Even as modified to include Hameroff's ideas, Penrose's theory is far from a done deal. For one thing, it is still vague on many crucial points. For example, Hameroff is still trying to determine how thoughts are represented by signaling patterns in the microtubules, and how these patterns trigger, supplement, or modify the firing of nerve impulses. And Penrose does not yet seem to be close to saying precisely how it is that a quantum mechanical mixture of patterns goes about "choosing" one.

Of course, the theory could simply be plain wrong. "There are so many places one could have turned off in the wrong direction," Penrose concedes. There is no hard evidence yet that the mind is based on a noncomputable process, for example, or even that such a process exists in quantum mechanics or anywhere else in physics. Essentially, what he knows is that the brain, in creating mind, seems to be doing something noncomputable and that the mechanism behind quantum mechanical "choosing" is so suggestively incomplete that it may well also involve noncomputable processes--and that there's a nice overlap between the two that seems to converge at microtubules.

But he does have ideas for confirming at least parts of his theory. His assertion that there is a gap in quantum mechanical theory because it can't account for the process of choosing a single state would be tremendously bolstered if he could come up with a prediction about the process that can't be wrung from conventional theory. If the current theory were complete, it would be able to provide, at least in principle, all predictions that can be made. If he can make a prediction that doesn't come from the theory, then the theory is incomplete. Penrose and other physicists believe that just such a prediction may, in fact, be possible. They have proposed an addition to quantum mechanics that would describe how much time, on average, a given particle in a given environment would last in a quantum mechanical mixture of states before choosing a single state--a question on which conventional theory is mute. "I believe these times could very possibly be measured," he says. "I'm talking to experimentalists about the possibility."

Hameroff, for his part, is trying to come up with a scheme for experimentally determining how microtubules process patterns of signals. To do that, he is trying to design a device with two microscopic prongs: one would introduce a tiny electric jolt at certain points in a microtubule network; the other would detect any jolts that emerged at some other point. Determining where jolts emerge would provide some indication of how microtubules interconnect and direct signal flow as well as how these arrangements change over time. Eventually, Hameroff would like to determine how microtubule signal patterns represent information, the way a computer chip represents information with long series of 1's and 0's. "If we can decode the patterns," he says, "we might be able to connect microtubules to a computer and swap information back and forth."

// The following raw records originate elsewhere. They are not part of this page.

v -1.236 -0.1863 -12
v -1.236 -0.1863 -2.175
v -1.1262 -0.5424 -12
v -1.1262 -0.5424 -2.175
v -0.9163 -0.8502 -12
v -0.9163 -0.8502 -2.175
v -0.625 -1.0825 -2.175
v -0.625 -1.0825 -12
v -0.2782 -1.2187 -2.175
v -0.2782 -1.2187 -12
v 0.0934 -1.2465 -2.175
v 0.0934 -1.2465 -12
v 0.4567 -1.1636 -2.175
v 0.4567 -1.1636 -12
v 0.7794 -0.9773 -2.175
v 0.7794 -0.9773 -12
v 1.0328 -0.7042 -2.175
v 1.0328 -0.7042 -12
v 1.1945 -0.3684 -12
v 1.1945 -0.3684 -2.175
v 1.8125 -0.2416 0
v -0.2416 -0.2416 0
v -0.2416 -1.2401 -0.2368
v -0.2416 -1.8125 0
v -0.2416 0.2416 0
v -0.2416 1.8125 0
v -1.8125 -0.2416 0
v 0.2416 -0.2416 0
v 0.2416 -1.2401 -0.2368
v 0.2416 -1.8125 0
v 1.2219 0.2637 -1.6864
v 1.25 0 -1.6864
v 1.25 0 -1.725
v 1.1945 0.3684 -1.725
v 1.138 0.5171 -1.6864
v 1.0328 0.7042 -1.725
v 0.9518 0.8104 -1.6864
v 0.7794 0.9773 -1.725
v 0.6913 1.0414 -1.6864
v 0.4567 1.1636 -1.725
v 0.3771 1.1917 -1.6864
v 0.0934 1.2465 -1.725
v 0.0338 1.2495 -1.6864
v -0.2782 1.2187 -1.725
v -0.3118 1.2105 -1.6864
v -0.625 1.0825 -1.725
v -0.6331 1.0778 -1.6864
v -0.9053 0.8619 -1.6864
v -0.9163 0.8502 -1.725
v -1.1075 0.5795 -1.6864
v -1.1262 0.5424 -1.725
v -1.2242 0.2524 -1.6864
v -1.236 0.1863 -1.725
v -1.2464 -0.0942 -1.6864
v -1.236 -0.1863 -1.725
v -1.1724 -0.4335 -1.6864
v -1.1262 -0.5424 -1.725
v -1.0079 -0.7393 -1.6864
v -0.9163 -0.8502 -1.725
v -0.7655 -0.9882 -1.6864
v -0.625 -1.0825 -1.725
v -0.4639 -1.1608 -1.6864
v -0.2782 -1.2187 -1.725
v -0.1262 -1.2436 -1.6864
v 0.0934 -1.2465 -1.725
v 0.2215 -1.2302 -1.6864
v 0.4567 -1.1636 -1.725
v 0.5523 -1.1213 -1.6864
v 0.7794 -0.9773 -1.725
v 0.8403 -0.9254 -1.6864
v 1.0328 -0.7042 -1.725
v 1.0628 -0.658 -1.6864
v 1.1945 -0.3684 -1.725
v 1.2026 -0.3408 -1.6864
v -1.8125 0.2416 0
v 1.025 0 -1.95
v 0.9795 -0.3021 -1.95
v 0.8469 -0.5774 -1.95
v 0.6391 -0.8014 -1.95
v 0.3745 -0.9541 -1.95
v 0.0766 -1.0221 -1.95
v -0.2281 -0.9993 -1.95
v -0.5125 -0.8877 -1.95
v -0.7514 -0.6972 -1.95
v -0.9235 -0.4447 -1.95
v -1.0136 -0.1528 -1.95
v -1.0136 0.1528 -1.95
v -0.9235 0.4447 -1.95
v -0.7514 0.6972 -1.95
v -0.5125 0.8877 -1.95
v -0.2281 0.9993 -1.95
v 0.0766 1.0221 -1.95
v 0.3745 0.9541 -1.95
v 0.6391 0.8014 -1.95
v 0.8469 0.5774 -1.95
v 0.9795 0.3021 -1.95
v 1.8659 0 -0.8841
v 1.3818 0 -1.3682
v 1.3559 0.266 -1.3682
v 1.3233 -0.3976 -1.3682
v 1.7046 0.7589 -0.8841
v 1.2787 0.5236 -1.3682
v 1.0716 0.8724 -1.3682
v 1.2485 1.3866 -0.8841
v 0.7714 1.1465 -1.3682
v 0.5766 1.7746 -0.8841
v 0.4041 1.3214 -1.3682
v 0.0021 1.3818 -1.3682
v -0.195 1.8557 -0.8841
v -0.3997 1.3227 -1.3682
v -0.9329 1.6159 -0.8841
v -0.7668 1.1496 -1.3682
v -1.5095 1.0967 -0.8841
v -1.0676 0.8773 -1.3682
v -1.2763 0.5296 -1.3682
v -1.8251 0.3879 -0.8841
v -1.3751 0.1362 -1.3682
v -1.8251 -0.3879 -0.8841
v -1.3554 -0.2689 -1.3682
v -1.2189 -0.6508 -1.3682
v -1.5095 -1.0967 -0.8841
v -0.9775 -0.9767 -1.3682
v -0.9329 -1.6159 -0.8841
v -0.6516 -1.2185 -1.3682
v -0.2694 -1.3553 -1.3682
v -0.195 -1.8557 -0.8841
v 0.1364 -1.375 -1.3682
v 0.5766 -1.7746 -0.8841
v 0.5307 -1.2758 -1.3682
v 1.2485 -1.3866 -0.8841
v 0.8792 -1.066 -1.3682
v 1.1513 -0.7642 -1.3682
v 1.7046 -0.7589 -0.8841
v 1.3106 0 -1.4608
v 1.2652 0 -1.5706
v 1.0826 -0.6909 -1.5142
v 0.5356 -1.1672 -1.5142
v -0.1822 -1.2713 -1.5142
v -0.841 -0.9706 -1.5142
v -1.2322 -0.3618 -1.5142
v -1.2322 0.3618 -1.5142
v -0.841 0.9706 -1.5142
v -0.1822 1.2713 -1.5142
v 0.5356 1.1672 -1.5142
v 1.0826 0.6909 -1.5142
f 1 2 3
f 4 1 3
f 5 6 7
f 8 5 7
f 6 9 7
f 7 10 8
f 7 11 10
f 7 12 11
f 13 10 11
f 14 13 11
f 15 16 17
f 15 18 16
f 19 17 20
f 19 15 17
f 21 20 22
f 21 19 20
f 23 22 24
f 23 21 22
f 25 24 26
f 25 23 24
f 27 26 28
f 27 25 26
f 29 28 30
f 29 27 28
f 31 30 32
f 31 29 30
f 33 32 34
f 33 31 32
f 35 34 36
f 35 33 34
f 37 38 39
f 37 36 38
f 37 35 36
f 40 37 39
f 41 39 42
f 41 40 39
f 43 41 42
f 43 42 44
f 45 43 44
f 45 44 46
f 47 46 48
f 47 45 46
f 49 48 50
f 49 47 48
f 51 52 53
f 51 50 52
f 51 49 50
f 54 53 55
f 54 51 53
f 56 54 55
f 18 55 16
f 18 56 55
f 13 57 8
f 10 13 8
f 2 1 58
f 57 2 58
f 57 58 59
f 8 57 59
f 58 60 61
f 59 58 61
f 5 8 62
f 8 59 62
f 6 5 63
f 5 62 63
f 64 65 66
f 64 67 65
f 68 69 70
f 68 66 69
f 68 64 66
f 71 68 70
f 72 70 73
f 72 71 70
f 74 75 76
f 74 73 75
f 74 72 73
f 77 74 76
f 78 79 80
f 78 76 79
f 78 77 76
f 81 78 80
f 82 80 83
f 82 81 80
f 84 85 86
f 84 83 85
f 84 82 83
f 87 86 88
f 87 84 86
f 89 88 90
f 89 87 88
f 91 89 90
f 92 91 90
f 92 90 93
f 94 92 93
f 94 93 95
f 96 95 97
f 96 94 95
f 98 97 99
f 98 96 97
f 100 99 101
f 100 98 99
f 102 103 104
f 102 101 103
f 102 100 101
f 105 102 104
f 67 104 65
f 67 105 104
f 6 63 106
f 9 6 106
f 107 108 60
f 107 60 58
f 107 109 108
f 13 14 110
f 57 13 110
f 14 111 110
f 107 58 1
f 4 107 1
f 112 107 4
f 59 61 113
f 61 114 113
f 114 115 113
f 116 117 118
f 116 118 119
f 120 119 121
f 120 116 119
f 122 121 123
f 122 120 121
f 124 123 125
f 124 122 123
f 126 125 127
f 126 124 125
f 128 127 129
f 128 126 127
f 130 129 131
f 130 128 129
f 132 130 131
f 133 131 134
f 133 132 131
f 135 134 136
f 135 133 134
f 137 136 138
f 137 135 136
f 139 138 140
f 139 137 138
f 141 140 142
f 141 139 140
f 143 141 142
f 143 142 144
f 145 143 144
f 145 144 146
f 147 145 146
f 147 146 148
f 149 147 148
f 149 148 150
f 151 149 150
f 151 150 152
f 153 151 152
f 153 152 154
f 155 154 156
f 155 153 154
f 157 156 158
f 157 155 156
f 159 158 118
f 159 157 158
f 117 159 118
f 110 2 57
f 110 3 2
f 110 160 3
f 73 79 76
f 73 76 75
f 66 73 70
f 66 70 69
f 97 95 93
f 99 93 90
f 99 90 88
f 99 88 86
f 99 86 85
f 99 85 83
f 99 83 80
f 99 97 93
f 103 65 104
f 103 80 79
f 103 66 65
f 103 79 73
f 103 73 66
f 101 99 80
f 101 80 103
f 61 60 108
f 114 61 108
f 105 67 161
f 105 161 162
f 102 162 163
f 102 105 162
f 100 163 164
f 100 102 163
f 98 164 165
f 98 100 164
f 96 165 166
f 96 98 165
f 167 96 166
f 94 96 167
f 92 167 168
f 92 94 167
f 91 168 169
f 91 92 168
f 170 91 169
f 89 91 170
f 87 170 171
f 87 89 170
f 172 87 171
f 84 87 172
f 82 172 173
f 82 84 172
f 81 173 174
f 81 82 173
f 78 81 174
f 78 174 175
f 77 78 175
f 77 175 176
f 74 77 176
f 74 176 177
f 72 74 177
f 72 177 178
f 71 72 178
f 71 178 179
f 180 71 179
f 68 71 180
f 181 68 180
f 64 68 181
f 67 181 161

But even in the absence of experimental evidence, Penrose has a very good feeling about the theory. "It's the old Sherlock Holmes argument," he says. "After you've eliminated the impossible, whatever remains, no matter how improbable, is the truth. I'm 90 percent sure these ideas are basically correct." After a moment of thought, he adds: "Well, maybe 80 percent. The Sherlock Holmes argument can be a dangerous one."

The quantum consciousness model, as an exquisite bonus, could in principle help lead the way to a new theory of physics that could repair a serious hole (to some) in quantum mechanics. Penrose believes such a theory will come to light sooner or later, whether or not he is right about consciousness--but it could happen sooner if the model proves correct.

What a great practical joke nature will have played on us if all the thinking that has gone into uncovering the ultimate laws of the universe turns out to reveal that one of the biggest clues was woven all along into the very fabric of thought itself.